For e-commerce, the “point of payment” includes the screen where cardholders enter their card information and any screens that show a summary of the order (such as a shopping cart). Mastercard has explicitly articulated that providing this information behind a link (such as a terms and conditions page), or otherwise requiring the cardholder to expand a message box or scroll down the page to see the terms, will not suffice – but those prohibitions would not fall within the definitions of clear and conspicuous, so this is not new.

Notice Requirements, effective March 22, 2022:

Order Confirmation. Merchants must send an electronic order confirmation at the time of enrollment in a subscription/recurring billing plan that provides the terms of the subscription, including the terms of a trial period (if any), and clear instructions about how to cancel the subscription. Although this will be a challenge for merchants who do not collect a consumer’s email address, this is not really new and conforms with order confirmations that I assume most of you already send out.

Notice Prior to End of Free Trial. If you offer a free or “low-cost” trial period of a “digital good” subscription for which the consumer will automatically be charged unless the subscription is cancelled before the end of the trial, you must now send the cardholder a notice between 3-7 days before the end of the trial with the basic terms of the subscription, informing of the upcoming charge, and instructions on how to cancel.

“Low cost” is not defined, but it was articulated that 50% would certainly trigger this requirement. A small percentage off might not.

Transaction Receipt. The new most onerous requirement is that you must now also send an electronic receipt after every billing event that includes clear instructions for how to cancel the subscription. Apparently, you can ask whether consumers want to continue to receive such email notices (they very well might not if they are being billed monthly!).

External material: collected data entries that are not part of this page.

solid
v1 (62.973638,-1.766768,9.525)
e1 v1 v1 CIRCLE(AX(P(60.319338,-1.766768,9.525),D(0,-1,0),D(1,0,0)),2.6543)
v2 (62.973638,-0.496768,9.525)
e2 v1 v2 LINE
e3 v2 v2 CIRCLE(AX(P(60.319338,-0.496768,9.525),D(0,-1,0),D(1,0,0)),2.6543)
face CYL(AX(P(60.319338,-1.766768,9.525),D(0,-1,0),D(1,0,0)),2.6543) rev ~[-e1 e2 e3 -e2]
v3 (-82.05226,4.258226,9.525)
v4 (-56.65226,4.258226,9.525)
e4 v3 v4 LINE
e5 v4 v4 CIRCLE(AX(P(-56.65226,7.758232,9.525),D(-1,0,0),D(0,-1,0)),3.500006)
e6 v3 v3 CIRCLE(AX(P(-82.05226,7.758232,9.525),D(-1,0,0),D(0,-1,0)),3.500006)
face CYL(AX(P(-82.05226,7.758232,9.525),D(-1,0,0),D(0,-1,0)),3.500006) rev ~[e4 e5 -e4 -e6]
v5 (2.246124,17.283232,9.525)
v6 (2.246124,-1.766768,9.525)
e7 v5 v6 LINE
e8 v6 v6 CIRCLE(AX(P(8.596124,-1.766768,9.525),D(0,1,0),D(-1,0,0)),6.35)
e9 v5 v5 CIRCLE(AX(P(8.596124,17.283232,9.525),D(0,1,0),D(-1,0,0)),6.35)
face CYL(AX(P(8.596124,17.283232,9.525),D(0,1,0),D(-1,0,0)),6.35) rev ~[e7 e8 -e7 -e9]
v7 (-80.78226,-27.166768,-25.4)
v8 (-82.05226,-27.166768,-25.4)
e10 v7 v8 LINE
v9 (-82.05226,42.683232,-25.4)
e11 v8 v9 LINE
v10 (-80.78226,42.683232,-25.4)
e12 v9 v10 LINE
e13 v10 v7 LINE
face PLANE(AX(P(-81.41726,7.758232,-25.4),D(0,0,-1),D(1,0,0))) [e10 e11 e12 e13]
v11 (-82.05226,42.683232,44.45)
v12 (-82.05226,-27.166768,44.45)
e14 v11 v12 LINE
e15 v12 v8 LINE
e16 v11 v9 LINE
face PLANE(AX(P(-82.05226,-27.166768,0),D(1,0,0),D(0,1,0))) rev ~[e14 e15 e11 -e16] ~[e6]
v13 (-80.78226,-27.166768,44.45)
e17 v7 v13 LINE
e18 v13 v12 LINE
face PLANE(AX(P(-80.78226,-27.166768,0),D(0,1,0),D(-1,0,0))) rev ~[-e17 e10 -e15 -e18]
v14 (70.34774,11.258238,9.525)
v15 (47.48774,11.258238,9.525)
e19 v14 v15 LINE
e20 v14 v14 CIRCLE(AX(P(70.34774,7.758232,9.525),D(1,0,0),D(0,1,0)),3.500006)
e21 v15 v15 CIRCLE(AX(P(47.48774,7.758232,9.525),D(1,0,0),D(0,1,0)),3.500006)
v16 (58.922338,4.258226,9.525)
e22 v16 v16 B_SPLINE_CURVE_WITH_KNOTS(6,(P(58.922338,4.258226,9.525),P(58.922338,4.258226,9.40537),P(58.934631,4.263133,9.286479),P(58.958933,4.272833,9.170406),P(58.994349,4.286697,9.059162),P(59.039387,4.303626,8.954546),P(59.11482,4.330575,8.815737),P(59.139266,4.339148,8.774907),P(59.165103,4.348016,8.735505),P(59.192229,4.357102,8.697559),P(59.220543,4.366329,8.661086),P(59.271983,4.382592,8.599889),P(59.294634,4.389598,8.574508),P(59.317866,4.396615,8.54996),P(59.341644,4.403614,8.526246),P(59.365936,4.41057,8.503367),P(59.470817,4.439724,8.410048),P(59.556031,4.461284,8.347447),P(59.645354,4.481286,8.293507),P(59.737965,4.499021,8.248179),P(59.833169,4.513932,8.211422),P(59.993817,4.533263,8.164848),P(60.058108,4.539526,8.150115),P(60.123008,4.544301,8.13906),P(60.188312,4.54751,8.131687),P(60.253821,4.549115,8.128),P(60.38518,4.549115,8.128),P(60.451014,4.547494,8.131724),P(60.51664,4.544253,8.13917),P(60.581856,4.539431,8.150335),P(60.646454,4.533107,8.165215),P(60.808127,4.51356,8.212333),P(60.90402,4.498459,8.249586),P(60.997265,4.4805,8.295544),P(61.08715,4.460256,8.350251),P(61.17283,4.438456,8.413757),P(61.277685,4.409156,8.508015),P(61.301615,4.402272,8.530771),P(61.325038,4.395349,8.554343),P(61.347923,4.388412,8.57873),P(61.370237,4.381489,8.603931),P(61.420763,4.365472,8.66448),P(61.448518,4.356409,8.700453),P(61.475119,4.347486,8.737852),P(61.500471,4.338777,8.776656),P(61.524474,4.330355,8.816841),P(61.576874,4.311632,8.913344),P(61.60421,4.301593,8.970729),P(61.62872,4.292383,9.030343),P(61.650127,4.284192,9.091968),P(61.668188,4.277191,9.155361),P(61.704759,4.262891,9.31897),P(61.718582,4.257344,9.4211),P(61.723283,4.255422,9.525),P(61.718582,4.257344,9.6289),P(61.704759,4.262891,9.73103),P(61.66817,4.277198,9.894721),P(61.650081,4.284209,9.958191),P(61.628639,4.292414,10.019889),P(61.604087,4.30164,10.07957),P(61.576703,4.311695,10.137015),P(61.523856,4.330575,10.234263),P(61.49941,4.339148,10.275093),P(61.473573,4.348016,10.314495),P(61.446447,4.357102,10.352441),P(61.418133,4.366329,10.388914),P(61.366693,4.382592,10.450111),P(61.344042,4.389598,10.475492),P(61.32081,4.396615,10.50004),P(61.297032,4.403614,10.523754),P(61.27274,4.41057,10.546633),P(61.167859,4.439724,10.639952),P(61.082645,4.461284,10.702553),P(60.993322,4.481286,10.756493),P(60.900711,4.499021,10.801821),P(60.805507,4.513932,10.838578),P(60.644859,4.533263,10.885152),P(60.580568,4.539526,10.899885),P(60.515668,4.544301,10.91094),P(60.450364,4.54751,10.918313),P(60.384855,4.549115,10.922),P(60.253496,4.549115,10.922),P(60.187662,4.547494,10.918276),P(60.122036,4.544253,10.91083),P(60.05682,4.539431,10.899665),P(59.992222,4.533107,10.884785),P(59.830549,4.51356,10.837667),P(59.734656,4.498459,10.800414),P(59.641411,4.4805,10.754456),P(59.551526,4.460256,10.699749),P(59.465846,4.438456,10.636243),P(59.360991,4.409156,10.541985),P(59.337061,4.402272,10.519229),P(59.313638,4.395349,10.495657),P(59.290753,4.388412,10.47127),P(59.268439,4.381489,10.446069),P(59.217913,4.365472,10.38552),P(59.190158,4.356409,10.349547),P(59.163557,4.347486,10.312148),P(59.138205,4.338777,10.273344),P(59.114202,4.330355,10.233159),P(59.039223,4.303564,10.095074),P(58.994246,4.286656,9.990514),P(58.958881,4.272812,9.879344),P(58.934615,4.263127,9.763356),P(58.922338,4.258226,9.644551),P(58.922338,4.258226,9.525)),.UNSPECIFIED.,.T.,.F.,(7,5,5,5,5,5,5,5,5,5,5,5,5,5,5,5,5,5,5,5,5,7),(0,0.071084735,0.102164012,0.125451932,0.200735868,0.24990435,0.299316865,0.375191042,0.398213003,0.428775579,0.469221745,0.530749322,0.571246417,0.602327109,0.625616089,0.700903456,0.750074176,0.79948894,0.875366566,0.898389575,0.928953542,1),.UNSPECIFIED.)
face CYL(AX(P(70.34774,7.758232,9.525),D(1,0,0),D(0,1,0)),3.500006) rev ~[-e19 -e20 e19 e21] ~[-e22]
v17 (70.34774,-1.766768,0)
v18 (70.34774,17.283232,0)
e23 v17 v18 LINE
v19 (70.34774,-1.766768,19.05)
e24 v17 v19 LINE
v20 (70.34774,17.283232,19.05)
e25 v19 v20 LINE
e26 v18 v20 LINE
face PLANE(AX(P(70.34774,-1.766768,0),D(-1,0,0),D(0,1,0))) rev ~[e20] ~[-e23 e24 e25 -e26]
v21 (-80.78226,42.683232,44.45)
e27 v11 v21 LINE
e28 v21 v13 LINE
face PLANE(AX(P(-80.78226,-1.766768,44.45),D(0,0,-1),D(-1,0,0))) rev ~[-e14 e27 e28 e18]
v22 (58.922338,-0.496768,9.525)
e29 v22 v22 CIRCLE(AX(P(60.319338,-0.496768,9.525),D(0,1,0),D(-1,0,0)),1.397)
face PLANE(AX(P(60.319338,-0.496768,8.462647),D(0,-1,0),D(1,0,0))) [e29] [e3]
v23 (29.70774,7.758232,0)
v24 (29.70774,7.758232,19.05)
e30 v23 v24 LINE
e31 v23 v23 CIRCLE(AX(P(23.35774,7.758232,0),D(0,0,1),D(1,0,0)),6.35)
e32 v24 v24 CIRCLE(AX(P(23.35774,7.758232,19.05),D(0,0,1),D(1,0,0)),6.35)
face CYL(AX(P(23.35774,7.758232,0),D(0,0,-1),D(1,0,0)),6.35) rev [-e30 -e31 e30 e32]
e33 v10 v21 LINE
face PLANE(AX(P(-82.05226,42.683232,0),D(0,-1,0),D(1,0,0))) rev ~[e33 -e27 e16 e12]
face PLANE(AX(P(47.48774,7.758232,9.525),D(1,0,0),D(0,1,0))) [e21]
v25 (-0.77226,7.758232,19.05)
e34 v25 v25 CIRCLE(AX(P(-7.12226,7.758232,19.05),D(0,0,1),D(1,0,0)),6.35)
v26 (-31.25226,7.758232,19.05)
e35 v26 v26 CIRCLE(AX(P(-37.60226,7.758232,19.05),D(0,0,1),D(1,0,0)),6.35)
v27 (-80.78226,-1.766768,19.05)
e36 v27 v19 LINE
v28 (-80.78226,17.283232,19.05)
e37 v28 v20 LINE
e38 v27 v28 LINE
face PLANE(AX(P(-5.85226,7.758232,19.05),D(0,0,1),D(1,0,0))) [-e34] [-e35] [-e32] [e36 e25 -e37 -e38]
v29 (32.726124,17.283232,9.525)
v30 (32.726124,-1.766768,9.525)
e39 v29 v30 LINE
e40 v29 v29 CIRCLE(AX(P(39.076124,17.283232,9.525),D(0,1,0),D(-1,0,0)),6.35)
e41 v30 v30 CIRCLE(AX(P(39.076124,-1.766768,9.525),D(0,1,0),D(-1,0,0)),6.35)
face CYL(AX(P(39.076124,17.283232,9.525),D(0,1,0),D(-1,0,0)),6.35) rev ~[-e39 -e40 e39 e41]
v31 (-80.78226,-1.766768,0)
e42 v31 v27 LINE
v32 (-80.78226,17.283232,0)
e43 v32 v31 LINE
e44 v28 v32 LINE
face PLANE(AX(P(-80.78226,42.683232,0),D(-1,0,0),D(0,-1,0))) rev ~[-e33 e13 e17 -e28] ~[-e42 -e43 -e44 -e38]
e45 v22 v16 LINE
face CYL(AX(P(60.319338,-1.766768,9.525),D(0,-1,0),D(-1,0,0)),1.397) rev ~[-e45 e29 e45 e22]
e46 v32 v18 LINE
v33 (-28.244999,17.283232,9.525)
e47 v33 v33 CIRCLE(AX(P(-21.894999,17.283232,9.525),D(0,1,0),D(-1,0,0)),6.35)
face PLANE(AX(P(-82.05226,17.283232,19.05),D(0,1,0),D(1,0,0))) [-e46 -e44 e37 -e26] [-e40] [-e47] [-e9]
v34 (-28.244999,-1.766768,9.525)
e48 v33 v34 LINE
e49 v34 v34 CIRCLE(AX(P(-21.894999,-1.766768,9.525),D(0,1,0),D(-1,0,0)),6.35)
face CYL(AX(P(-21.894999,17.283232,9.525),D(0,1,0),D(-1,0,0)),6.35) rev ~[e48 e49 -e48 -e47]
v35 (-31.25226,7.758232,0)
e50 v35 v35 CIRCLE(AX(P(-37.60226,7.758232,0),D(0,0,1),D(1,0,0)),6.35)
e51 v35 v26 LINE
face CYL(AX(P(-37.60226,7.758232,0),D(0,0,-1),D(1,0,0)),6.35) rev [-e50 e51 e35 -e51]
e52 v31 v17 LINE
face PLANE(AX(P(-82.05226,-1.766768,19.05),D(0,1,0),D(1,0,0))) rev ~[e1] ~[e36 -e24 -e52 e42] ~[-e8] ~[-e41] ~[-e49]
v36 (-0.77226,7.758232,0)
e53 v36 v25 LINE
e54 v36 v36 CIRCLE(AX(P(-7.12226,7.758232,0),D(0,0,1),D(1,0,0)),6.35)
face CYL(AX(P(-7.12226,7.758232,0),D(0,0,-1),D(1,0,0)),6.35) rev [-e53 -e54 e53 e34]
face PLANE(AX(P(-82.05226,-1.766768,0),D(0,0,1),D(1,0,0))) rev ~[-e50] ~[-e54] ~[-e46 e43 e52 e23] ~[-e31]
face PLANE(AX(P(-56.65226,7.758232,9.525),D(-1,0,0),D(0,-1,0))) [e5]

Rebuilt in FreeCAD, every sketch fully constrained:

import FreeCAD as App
import Part
import Sketcher

V = App.Vector
Q = App.Units.Quantity

doc = App.newDocument("Part")
params = doc.addObject("Spreadsheet::Sheet", "Params")
for row, (alias, value) in enumerate([
    ("sketch1_diameter", "0.5 in"),
    ("sketch1_width", "6 in"),
    ("sketch1_height", "0.75 in"),
    ("pad1_length", "0.75 in"),
    ("sketch2_diameter", "0.5 in"),
    ("pocket1_length", "1 in"),
    ("pocket2_length", "1 in"),
    ("pocket3_length", "0.9 in"),
    ("sketch5_width", "0.05 in"),
    ("sketch5_height", "0.75 in"),
    ("pad2_length", "1 in"),
    ("sketch6_width", "0.05 in"),
    ("sketch6_height", "1.75 in"),
    ("pad3_length", "1 in"),
    ("sketch7_width", "0.05 in"),
    ("sketch7_height", "1.75 in"),
    ("pad4_length", "1 in"),
    ("sketch8_width", "0.05 in"),
    ("sketch8_height", "2.75 in"),
    ("pad5_length", "1 in"),
    ("sketch9_diameter", "0.11 in"),
    ("pocket4_length", "0.3 in"),
    ("sketch10_diameter", "0.11 in"),
    ("sketch10_diameter2", "0.209 in"),
    ("pocket5_length", "0.05 in"),
], start=1):
    params.set(f"A{row}", alias)
    params.set(f"B{row}", "=" + value)
    params.setAlias(f"B{row}", alias)

body = doc.addObject("PartDesign::Body", "Body")

sketch1 = body.newObject("Sketcher::SketchObject", "Sketch")
sketch1.AttachmentSupport = (doc.getObject("XY_Plane"), [""])
sketch1.MapMode = "FlatFace"
sketch1.addGeometry(Part.LineSegment(V(-82.05226, 17.283232, 0), V(-82.05226, -1.766768, 0)), False)
sketch1.addGeometry(Part.LineSegment(V(-82.05226, -1.766768, 0), V(70.34774, -1.766768, 0)), False)
sketch1.addGeometry(Part.LineSegment(V(70.34774, -1.766768, 0), V(70.34774, 17.283232, 0)), False)
sketch1.addGeometry(Part.LineSegment(V(70.34774, 17.283232, 0), V(-82.05226, 17.283232, 0)), False)
sketch1.addGeometry(Part.Circle(V(-37.60226, 7.758232, 0), V(0, 0, 1), 6.35), False)
sketch1.addGeometry(Part.Circle(V(-7.12226, 7.758232, 0), V(0, 0, 1), 6.35), False)
sketch1.addGeometry(Part.Circle(V(23.35774, 7.758232, 0), V(0, 0, 1), 6.35), False)
sketch1.addConstraint(Sketcher.Constraint("Coincident", 0, 2, 1, 1))
sketch1.addConstraint(Sketcher.Constraint("Coincident", 1, 2, 2, 1))
sketch1.addConstraint(Sketcher.Constraint("Coincident", 2, 2, 3, 1))
sketch1.addConstraint(Sketcher.Constraint("Coincident", 3, 2, 0, 1))
sketch1.addConstraint(Sketcher.Constraint("Vertical", 0))
sketch1.addConstraint(Sketcher.Constraint("Horizontal", 1))
sketch1.addConstraint(Sketcher.Constraint("Vertical", 2))
sketch1.addConstraint(Sketcher.Constraint("Horizontal", 3))
sketch1.addConstraint(Sketcher.Constraint("Equal", 4, 5))
sketch1.addConstraint(Sketcher.Constraint("Equal", 5, 6))
sketch1.addConstraint(Sketcher.Constraint("Horizontal", 4, 3, 5, 3))
sketch1.addConstraint(Sketcher.Constraint("Horizontal", 5, 3, 6, 3))
sketch1.addConstraint(Sketcher.Constraint("Diameter", 4, Q("0.5 in")))
sketch1.addConstraint(Sketcher.Constraint("DistanceX", 1, 1, 1, 2, Q("6 in")))
sketch1.addConstraint(Sketcher.Constraint("DistanceY", 0, 2, 0, 1, Q("0.75 in")))
sketch1.addConstraint(Sketcher.Constraint("DistanceX", 4, 3, 5, 3, Q("1.2 in")))
sketch1.addConstraint(Sketcher.Constraint("DistanceX", 5, 3, 6, 3, Q("1.2 in")))
sketch1.addConstraint(Sketcher.Constraint("DistanceX", 0, 2, 4, 3, Q("1.75 in")))
sketch1.addConstraint(Sketcher.Constraint("DistanceY", 0, 2, 4, 3, Q("0.375 in")))
sketch1.addConstraint(Sketcher.Constraint("DistanceX", 4, 3, -1, 1, Q("37.60226 mm")))
sketch1.addConstraint(Sketcher.Constraint("DistanceY", -1, 1, 4, 3, Q("7.758232 mm")))
sketch1.setExpression("Constraints[12]", "Params.sketch1_diameter")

Renewal Notice. For any subscription/recurring payment plan that bills a cardholder for terms greater than six months (e.g., annually), the merchant must send a notification between 3-7 days before the billing date that includes the terms of the subscription and instructions on how to cancel. This notice is no different than those required by various state laws, but to comply with the state laws and Mastercard regulations you would have to send two notices as most states require that the notice be sent no sooner than 60 and no later than 30 days prior to the renewal. Mastercard requires the notice be sent no earlier than 7 days.

Cancellation

Following a trend at the state and federal level you must provide an online or electronic cancellation method (e.g., similar to unsubscribing from email messages). 

Sale of Physical Goods

Finally, there are already Mastercard regulations addressing recurring billing for physical goods which begin with a trial period. I am happy to go over those with anyone who is not familiar with those requirements. It might be worth reviewing the risks for compliance with these regulations as well.